Avec Daniel Auteuil, Fanny Ardant, Guillaume Canet, Doria Tillier…

Tout y est: les blessures, la jeunesse qui fuit, la manipulation médiatique, mais aussi les espoirs, la création, et la liberté. Ces nombreux thèmes ne sont pas enfilés comme des perles sur un collier, mais intimement tissés ensemble comme dans un conte. Pas à pas, Bedos nous immerge dans la narration, pour vivre une histoire, drôle, enlevée, foisonnante – du genre qui vous raconte qui vous êtes, mais avec la force de "l’air de rien".

Le réalisateur poursuit: "J’essaie d’aboutir à quelque chose que j’aurais envie de voir.
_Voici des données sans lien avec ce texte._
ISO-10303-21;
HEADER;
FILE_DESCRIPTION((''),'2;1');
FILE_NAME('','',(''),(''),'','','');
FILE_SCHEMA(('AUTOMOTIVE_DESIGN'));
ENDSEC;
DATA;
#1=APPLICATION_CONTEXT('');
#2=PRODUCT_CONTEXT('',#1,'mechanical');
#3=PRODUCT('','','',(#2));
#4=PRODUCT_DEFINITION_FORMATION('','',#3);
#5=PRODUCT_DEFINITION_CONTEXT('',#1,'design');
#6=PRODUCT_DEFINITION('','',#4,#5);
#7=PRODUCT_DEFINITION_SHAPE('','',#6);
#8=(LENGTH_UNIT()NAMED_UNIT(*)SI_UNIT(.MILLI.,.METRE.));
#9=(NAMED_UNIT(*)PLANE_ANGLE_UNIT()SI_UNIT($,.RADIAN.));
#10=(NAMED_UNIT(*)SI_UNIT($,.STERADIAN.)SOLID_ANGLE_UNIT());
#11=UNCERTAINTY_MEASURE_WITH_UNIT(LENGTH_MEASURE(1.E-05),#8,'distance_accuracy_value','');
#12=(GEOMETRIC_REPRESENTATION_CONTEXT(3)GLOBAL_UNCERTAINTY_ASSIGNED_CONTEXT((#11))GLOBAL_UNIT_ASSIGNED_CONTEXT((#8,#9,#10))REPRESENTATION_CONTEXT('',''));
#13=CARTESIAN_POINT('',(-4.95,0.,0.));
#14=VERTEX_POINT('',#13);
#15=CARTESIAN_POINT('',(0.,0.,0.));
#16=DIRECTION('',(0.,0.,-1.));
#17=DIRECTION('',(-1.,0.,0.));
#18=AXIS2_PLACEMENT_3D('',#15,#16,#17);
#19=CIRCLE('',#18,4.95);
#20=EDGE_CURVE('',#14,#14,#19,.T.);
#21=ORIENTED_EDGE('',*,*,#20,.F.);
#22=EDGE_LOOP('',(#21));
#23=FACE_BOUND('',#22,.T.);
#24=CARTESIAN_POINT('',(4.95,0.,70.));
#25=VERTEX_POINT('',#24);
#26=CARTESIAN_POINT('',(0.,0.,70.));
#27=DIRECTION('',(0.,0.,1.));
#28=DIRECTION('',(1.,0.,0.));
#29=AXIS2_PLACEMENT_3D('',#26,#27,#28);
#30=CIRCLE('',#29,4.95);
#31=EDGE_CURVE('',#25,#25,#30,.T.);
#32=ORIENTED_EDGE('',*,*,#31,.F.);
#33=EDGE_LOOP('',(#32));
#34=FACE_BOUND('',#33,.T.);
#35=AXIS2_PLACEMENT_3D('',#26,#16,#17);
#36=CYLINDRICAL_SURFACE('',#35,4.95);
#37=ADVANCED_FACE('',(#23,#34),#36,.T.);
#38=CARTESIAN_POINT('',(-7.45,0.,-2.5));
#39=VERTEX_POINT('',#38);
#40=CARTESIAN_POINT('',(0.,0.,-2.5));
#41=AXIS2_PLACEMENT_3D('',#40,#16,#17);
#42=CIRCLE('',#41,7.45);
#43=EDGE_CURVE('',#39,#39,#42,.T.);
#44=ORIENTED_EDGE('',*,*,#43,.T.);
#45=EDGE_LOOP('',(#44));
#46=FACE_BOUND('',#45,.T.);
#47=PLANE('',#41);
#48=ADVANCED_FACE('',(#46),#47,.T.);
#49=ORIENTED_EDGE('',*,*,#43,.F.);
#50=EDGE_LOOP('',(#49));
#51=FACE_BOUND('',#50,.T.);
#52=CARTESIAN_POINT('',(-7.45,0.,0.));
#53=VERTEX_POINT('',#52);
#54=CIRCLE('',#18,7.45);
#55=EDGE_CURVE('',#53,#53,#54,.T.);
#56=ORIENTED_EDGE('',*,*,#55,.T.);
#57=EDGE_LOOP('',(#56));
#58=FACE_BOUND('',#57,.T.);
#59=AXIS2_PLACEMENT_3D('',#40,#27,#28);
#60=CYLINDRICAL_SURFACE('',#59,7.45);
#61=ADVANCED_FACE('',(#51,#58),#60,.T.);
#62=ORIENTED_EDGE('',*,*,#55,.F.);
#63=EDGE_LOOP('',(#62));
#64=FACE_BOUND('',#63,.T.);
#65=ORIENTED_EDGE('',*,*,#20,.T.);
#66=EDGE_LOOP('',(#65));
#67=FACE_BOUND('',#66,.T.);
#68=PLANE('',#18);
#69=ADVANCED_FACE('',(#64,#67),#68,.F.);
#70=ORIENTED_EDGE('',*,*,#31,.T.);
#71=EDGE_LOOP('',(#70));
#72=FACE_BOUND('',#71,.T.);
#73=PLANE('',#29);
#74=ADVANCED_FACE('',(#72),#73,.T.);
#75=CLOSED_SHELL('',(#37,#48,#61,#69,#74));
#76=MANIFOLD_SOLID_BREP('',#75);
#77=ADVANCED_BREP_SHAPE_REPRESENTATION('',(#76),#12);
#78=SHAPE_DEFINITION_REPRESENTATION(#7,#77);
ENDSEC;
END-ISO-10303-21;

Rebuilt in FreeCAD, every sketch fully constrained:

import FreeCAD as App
import Part
import Sketcher
from FreeCAD import Vector
Q = App.Units.Quantity

doc = App.newDocument("Part")
body = doc.addObject("PartDesign::Body", "Body")

# Sketch on XY plane
sketch1 = doc.addObject("Sketcher::SketchObject", "Sketch")
body.addObject(sketch1)
sketch1.AttachmentSupport = (doc.XY_Plane, [""])
sketch1.MapMode = "FlatFace"
sketch1.addGeometry(Part.Circle(Vector(0, 0, 0), Vector(0, 0, 1), 5), False)
sketch1.addConstraint(Sketcher.Constraint("Coincident", 0, 3, -1, 1))
sketch1.addConstraint(Sketcher.Constraint("Diameter", 0, Q("9.9 mm")))
pad1 = doc.addObject("PartDesign::Pad", "Pad")
body.addObject(pad1)
pad1.Profile = sketch1
pad1.Length = 70

# Sketch on XY plane
sketch2 = doc.addObject("Sketcher::SketchObject", "Sketch001")
body.addObject(sketch2)
sketch2.AttachmentSupport = (doc.XY_Plane, [""])
sketch2.MapMode = "FlatFace"
sketch2.addGeometry(Part.Circle(Vector(0, 0, 0), Vector(0, 0, 1), 7), False)
sketch2.addConstraint(Sketcher.Constraint("Coincident", 0, 3, -1, 1))
sketch2.addConstraint(Sketcher.Constraint("Diameter", 0, Q("14.9 mm")))
pad2 = doc.addObject("PartDesign::Pad", "Pad001")
body.addObject(pad2)
pad2.Profile = sketch2
pad2.Length = 2.5
pad2.Reversed = True

doc.recompute()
J’aime les films qui vous en donnent. Il faut soigner tous les détails, les transitions, la musique, traquer la vérité où qu’elle soit, même dans des bêtises. J’adore les montages parallèles où une séquence en renforce une autre. Fanny Ardant est au restaurant aujourd’hui, et on devine ses gestes, ses phrases, ses plats préférés, bref son intimité, grâce à ce qu’on voit d’elle 40 ans plus tôt, en même temps, dans une autre séquence, alternée. Boum!"

"La Belle époque" fait l’unanimité: histoire poignante, thèmes modernes, acteurs au sommet… sous la houlette d’un réalisateur inspiré, généreux, et qui connaît son sujet.

Oui, boum. On pensait que Bedos resterait toujours prisonnier d’une image, celle d’un chroniqueur télé brillant mais tête-à-claques – sauf pour ceux qui avaient déjà repéré il y a deux ans son excellent premier film "Mr et Mme Adelman". Voilà qu’à présent il nous fait penser à Shakespeare, excusez du peu, celui qui montrait déjà dans "Comme il vous plaira", en 1599, la toute puissance du "on disait que...". "Le monde est une scène, hommes et femmes n’y sont qu’acteurs, avec leurs entrées et leurs sorties, une scène où un homme seul jouera bien des rôles." CQFD.